Certo, se trasformiamo in percentuali i dati relativi alle insufficienze in condotta, nella scuola secondaria di I grado si va dal massimo di un 2,1% ad un minimo dello 0,5%, il che fa sembrare la situazione meno preoccupante. Alle superiori, invece, la percentuale più alta di insufficienze in condotta si riscontra sempre al sud con il 4,1%, mentre i più bravi sono gli studenti del nord-est, solo lo 0,7%.

A questo punto, mi sento di fare un’osservazione: l’introduzione del 5 in condotta doveva servire da deterrente, ma così non è stato, visto l’aumento del numero di studenti insufficienti. Per fare un esempio, quando è stata introdotta la patente a punti, nell’arco di un anno sono diminuiti drasticamente gli incidenti (o comunque le vittime sulla strada) e le infrazioni in generale. Si può dire, quindi, che il provvedimento sia servito a dare una regolata al comportamento troppo dissennato al volante.
La stessa cosa non si può affermare sugli studenti che frequentano le aule scolastiche. È lecito pensare, quindi, che siamo di fronte a dei nuovi Pierini, assai diversi dal discolo e un po’ volgarotto Pierino dei film con Alvaro Vitali. I nuovi Pierini, infatti, non si limitano a fare le battutacce o gli scherzetti ai compagni più deboli o agli insegnanti più odiati. Niente più chewing-gum o colla sulla sedia del prof o ragni finti nello zaino delle ragazzine perbene. I nuovi Pierini sono tecnologicamente avanzati: armati di telefonino, fotografano i professori o i compagni, prendendo di mira i più deboli, incapaci di difendersi, e scaricano le scenette delle loro bravate su You tube. E se non hanno voglia di fare un compito in classe, non telefonano a scuola per dire che c’è una bomba (come accadeva ai miei tempi), tanto non ci crederebbe nessuno, ma entrano nottetempo nei locali dell’istituto e lo allagano. Se, poi, non vogliono riferire a casa i brutti voti delle interrogazioni o dei compiti, non si limitano a mentire ma, sempre nottetempo, penetrano negli edifici scolastici e danno fuoco non ai registri dei loro docenti, ma direttamente a tutta la sala insegnanti.
Se poi consideriamo che alla fine dell’anno scolastico spesso vengono graziati perché si deve pur sempre considerare lo sforzo per migliorare, allora comprendiamo bene che la maggior parte dei Pierini sono disposti a simulare un qualche pentimento, salvo prepararsi alla riscossa nel nuovo anno scolastico.
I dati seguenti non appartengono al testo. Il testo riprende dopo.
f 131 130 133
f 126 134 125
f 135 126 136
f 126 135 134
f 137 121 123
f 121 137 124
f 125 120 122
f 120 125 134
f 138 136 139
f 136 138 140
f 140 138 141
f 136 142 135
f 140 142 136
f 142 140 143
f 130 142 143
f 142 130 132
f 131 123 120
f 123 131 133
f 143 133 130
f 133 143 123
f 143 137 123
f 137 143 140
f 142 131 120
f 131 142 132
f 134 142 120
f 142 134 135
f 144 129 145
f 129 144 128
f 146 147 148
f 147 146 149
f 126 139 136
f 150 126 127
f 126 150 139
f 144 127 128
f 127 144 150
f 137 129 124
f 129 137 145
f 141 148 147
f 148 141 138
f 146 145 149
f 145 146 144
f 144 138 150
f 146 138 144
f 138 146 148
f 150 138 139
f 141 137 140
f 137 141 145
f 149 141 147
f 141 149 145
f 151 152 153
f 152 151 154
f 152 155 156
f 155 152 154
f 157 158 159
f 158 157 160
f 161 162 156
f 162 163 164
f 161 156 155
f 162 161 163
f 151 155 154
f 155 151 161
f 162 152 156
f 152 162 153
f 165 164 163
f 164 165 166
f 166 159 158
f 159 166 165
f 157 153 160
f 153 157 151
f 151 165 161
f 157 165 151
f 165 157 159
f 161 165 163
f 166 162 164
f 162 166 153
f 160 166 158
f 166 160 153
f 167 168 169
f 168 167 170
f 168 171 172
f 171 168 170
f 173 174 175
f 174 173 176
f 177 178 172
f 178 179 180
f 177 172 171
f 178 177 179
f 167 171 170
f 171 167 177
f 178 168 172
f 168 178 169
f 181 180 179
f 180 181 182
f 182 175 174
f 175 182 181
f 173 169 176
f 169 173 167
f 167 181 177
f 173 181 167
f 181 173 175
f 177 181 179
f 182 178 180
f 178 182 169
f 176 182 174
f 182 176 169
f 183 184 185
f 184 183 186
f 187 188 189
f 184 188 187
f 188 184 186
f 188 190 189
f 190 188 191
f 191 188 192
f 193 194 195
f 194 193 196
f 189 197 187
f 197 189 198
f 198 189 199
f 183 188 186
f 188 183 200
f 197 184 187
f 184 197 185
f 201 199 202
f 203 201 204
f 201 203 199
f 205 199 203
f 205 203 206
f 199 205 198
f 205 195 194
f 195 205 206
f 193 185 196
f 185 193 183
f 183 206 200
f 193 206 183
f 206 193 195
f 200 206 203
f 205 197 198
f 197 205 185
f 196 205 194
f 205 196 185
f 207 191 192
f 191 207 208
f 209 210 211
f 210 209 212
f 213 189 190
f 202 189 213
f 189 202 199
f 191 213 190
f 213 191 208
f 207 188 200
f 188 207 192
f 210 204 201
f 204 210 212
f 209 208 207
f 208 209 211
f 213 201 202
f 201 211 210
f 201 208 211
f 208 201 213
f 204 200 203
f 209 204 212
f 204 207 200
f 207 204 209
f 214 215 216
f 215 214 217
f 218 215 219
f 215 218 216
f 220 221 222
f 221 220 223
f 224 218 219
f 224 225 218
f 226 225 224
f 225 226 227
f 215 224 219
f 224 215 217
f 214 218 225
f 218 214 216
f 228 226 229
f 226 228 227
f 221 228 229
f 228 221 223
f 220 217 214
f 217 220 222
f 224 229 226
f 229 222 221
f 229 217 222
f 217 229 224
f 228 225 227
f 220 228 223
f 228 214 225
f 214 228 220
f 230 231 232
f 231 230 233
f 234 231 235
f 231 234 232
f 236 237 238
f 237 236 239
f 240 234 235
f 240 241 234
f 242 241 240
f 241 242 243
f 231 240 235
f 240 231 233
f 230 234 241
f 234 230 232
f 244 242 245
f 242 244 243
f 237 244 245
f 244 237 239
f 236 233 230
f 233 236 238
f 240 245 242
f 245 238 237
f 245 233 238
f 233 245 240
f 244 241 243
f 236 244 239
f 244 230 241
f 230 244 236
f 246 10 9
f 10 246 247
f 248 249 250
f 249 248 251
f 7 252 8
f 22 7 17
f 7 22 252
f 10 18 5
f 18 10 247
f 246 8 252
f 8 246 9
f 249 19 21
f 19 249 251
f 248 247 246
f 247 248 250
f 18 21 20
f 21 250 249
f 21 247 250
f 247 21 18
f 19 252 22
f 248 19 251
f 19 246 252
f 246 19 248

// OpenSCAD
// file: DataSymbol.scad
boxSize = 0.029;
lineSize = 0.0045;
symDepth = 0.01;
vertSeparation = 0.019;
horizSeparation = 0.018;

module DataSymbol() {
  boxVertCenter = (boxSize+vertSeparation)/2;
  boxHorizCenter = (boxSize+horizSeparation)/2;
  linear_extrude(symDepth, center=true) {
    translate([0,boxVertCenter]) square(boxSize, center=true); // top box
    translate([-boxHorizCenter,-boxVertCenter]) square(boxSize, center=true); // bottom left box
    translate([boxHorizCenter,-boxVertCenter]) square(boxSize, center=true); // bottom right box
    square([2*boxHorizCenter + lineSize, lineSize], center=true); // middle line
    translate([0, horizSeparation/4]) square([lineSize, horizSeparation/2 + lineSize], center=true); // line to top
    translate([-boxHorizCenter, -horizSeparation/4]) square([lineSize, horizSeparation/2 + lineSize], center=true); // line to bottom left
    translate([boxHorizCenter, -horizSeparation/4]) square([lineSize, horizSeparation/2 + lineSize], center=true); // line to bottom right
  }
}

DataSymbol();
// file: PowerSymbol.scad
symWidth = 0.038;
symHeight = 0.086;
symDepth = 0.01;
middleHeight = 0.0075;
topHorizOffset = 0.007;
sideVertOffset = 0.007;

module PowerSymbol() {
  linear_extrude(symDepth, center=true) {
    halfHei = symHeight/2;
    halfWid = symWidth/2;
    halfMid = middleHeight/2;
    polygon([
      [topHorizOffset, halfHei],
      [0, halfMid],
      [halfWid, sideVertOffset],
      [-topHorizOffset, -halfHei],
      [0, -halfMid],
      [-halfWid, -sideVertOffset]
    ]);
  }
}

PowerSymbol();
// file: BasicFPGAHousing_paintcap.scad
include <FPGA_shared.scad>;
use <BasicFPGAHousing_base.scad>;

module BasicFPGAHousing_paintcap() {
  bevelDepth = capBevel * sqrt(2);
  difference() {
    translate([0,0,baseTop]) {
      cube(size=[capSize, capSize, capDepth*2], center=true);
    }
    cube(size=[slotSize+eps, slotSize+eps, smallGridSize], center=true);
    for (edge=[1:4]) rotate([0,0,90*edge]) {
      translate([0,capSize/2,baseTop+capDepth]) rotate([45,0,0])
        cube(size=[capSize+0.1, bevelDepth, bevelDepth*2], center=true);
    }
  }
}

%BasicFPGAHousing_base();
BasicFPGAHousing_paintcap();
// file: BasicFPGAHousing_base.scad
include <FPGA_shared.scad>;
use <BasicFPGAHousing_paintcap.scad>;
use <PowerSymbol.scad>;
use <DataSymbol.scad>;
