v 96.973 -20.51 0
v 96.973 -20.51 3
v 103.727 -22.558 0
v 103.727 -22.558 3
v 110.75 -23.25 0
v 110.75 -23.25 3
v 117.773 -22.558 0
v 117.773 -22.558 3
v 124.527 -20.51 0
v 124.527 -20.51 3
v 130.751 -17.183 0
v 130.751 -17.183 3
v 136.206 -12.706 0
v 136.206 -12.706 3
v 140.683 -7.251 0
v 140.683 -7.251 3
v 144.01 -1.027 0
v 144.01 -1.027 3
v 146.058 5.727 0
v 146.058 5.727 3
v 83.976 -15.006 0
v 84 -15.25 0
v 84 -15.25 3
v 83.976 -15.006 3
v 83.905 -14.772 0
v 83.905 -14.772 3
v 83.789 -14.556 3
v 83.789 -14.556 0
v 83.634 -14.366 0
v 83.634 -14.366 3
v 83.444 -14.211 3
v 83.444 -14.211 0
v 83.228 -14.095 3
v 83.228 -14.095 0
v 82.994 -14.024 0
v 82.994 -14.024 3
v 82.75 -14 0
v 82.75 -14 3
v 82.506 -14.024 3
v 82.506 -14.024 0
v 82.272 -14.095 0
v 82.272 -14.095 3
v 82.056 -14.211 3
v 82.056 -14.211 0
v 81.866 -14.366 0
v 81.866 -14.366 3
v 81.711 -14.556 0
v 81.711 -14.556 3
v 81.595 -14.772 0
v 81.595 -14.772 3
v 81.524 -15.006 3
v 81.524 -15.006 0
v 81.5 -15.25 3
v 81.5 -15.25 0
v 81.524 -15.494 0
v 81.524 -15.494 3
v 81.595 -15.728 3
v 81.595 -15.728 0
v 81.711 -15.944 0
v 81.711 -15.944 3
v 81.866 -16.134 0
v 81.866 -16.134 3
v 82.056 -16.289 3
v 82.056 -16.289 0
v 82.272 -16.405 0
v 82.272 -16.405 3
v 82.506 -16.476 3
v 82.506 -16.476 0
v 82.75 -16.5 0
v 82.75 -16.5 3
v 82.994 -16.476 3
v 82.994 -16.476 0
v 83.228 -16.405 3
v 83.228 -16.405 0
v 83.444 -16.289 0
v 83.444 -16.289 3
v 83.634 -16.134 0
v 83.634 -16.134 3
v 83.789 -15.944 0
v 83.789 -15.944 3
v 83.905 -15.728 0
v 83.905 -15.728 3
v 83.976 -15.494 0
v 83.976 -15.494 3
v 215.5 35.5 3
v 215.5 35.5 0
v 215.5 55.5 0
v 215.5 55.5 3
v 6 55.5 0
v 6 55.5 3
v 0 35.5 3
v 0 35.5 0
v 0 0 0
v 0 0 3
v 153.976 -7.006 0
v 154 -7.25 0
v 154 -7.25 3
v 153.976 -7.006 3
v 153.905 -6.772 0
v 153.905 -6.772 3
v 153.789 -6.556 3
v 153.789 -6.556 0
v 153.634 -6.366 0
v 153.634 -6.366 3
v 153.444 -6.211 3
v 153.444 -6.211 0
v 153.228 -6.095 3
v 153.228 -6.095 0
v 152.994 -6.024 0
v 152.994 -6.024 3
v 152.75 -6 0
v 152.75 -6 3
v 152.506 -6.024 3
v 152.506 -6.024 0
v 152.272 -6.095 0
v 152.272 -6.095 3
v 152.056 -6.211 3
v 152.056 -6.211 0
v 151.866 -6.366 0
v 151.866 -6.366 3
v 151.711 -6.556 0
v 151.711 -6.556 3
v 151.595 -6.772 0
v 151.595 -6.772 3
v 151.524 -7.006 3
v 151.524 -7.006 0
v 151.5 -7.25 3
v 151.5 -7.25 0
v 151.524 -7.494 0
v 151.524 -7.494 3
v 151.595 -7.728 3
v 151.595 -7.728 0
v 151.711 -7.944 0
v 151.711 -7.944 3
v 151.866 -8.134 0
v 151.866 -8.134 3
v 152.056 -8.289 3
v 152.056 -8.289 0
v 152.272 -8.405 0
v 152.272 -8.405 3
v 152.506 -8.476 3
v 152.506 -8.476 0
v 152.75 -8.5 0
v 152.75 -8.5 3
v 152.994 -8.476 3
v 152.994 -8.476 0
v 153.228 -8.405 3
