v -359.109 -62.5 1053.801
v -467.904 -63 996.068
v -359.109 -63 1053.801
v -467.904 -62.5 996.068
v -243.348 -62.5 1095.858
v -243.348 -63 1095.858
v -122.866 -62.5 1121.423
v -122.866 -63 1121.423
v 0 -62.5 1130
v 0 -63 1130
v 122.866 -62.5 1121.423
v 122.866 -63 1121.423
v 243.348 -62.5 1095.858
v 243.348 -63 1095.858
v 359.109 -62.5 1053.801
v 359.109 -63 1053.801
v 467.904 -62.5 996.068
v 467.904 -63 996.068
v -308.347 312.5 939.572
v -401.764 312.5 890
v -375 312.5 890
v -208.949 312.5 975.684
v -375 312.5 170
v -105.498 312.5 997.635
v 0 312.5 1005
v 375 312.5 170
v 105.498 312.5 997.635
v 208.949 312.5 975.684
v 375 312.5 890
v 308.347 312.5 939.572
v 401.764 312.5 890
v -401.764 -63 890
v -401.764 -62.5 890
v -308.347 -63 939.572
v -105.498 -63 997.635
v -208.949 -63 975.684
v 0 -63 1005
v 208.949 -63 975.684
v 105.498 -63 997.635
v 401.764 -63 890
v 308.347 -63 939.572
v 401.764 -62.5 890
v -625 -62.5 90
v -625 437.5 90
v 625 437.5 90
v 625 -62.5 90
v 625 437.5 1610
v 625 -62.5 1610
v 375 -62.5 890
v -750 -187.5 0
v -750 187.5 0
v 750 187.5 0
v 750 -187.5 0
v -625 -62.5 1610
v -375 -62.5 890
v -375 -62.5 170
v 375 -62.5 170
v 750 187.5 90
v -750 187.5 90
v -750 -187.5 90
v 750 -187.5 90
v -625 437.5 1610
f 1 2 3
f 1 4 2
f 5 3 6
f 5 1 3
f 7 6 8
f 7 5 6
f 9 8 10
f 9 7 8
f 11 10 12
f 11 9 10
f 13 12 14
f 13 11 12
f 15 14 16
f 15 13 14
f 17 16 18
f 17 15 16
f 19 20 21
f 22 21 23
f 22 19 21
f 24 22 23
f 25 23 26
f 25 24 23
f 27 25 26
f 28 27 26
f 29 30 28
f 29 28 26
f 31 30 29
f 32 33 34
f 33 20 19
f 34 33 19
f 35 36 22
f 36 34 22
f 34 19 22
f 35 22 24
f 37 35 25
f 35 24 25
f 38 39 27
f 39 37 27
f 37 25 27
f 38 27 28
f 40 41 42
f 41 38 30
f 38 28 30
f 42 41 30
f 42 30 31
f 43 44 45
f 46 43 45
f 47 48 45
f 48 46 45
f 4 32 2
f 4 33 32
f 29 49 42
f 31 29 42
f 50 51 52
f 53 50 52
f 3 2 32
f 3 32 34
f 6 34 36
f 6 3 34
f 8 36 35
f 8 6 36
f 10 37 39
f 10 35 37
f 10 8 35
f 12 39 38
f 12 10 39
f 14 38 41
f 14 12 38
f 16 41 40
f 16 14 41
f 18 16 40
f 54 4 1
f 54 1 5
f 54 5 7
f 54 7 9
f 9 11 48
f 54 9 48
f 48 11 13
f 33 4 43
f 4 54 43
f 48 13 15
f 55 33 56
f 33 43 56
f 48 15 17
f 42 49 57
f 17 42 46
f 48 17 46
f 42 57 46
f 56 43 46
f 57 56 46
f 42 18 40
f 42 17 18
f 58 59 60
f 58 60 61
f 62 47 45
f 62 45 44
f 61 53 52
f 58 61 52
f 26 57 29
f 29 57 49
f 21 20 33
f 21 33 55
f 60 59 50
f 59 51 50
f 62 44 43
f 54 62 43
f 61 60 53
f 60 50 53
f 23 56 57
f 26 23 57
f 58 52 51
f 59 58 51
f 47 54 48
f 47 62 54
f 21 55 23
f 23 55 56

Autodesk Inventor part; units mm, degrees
ref_plane "YZ Plane" through (0, 0, 0) normal (1, 0, 0) x (0, 1, 0)
ref_plane "XZ Plane" through (0, 0, 0) normal (0, 1, 0) x (-1, 0, 0)
ref_plane "XY Plane" through (0, 0, 0) normal (0, 0, 1) x (1, 0, 0)
sketch "Эскиз1" plane through (0, 0, 0) normal (0, 0, 1) x (1, 0, 0)
  line L0 (-750, -187.5) -> (750, -187.5)
  line L1 (750, -187.5) -> (750, 187.5)
  line L2 (750, 187.5) -> (-750, 187.5)
  line L3 (-750, 187.5) -> (-750, -187.5)
  line L4 (-750, -187.5) -> (750, 187.5) construction
  line L5 (750, -187.5) -> (-750, 187.5) construction
  point P0 (0, 0)
  dimension "d0" = 1500
  dimension "d1" = 375
extrude "Выдавливание1" add sketch "Эскиз1" along normal blind 90
sketch "Эскиз2" plane through (0, 0, 90) normal (0, 0, 1) x (1, 0, 0)
  line L0 (-750, -187.5) -> (750, -187.5) construction
  line L1 (750, -187.5) -> (750, 187.5) construction
  line L2 (750, 187.5) -> (-750, 187.5) construction
  line L3 (-750, 187.5) -> (-750, -187.5) construction
  line L4 (-625, -62.5) -> (625, -62.5)
  line L5 (625, -62.5) -> (625, 437.5)
  line L6 (625, 437.5) -> (-625, 437.5)
  line L7 (-625, 437.5) -> (-625, -62.5)
  point P0 (0, 0)
  dimension "d4" = 1250
  dimension "d5" = 500
  dimension "d6" = 125
  dimension "d7" = 125
  dimension "d8" = 125
extrude "Выдавливание2" add sketch "Эскиз2" along normal blind 1520 separate body
sketch "Эскиз3" plane through (-625, -62.5, 90) normal (0, -1, 0) x (1, 0, 0)
  line L0 (0, 0) -> (1250, 0) construction
  line L1 (1250, 0) -> (1250, 1520) construction
  line L2 (0, 1520) -> (1250, 1520) construction
  line L3 (0, 0) -> (0, 1520) construction
  line L4 (250, 80) -> (1000, 80)
  line L5 (1000, 80) -> (1000, 800)
  line L6 (1000, 800) -> (250, 800)
  line L7 (250, 800) -> (250, 80)
  point P0 (625, -90)
  dimension "d11" = 720
  dimension "d12" = 250
  dimension "d13" = 250
  dimension "d14" = 80
extrude "Выдавливание3" cut sketch "Эскиз3" against normal blind 375 bodies 2
sketch "Эскиз4" plane through (-625, -62.5, 90) normal (0, -1, 0) x (1, 0, 0)
  line L0 (1000, 800) -> (1000, 80) construction
  line L1 (1000, 80) -> (250, 80) construction
  line L2 (250, 80) -> (250, 800) construction
  line L3 (250, 800) -> (1000, 800) construction
  line L4 (0, 0) -> (1250, 0) construction
  line L5 (1250, 0) -> (1250, 1520) construction
  line L6 (0, 1520) -> (1250, 1520) construction
  line L7 (0, 0) -> (0, 1520) construction
  line L8 (223.236, 800) -> (1026.764, 800)
  line L9 (1026.764, 800) -> (1026.764, 1040) construction
  line L10 (1026.764, 1040) -> (223.236, 1040) construction
  line L11 (223.236, 1040) -> (223.236, 800) construction
  arc A0 (1092.9044, 906.0681) -> (157.0956, 906.0681) centre (625, 155.6985) ccw
  line L12 (223.236, 800) -> (157.0956, 906.0681)
  line L13 (1092.9044, 906.0681) -> (1026.764, 800)
  arc A1 (1026.764, 800) -> (223.236, 800) centre (625, 155.6985) ccw
  point P0 (625, -90)
  point P1 (625, 1040)
  dimension "d17" = 240
  dimension "d18" = 26.764
  dimension "d19" = 26.764
  dimension "d20" = 125
extrude "Выдавливание4" cut sketch "Эскиз4" against normal blind 375 contours A1 L8 bodies 2
extrude "Выдавливание5" add sketch "Эскиз4" along normal blind 0.5 contours L12 A0 L13 A1 bodies 2
equation "\"d6\" = d7"
equation "\"d8\" = d7"
equation "\"d13\" = d12"
equation "\"d19\" = d18"
properties part number "Камин" material "Кирпич, обычный, коричневый"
Eh no, cara Gelmini, non basta essere fieri di “una scuola del rigore e della severità”. La scuola deve recuperare la sua valenza educativa, deve lanciare precisi segnali per evitare che si manifestino i casi di bullismo e per venire incontro ai disagi psicologici che talvolta sono all’origine dei casi più eclatanti di comportamenti scorretti. Non solo, la scuola deve offrire ai docenti degli strumenti per arginare i fenomeni sopradescritti attraverso una seria formazione degli insegnanti (almeno nelle aree più a rischio), senza aspettare che gli stessi si muovano spinti da quella buona volontà che da anni caratterizza l’insegnamento, ma obbligandoli a corsi di aggiornamento ciclici. E poi, visto che negli ultimi anni si parla di azienda-scuola, di utenza, di offerta di un prodotto di qualità, bisognerebbe garantire a tutte le componenti -docenti, personale ATA, genitori e allievi- un supporto psicologico attraverso uno psicoterapeuta o la figura del counselor che in America è una realtà da decenni.
Per fare questo, però, ci vogliono dei fondi che il ministro non ha voglia di spendere, visto che la riforma della secondaria di II grado ha portato a dei tagli del personale per risparmiare sugli stipendi. Anche per venire incontro alle difficoltà prettamente scolastiche degli studenti, il ministro ha deciso di non investire grandi somme (in netto contrasto con la C.M. 6163 del 4 giugno 2008) e così potrà sempre dire che la “sua scuola” non regala niente a nessuno e che il solo modo per ottenere un buon profitto è quello di studiare e comportarsi bene.
Mettere sullo stesso piano i doveri della scuola, intesa come istituzione, e quelli degli studenti sarebbe un’idea. Non si può sempre ricordare a degli adolescenti che hanno dei doveri, dimenticandosi di quelli che competono allo Stato nei confronti dei suoi cittadini.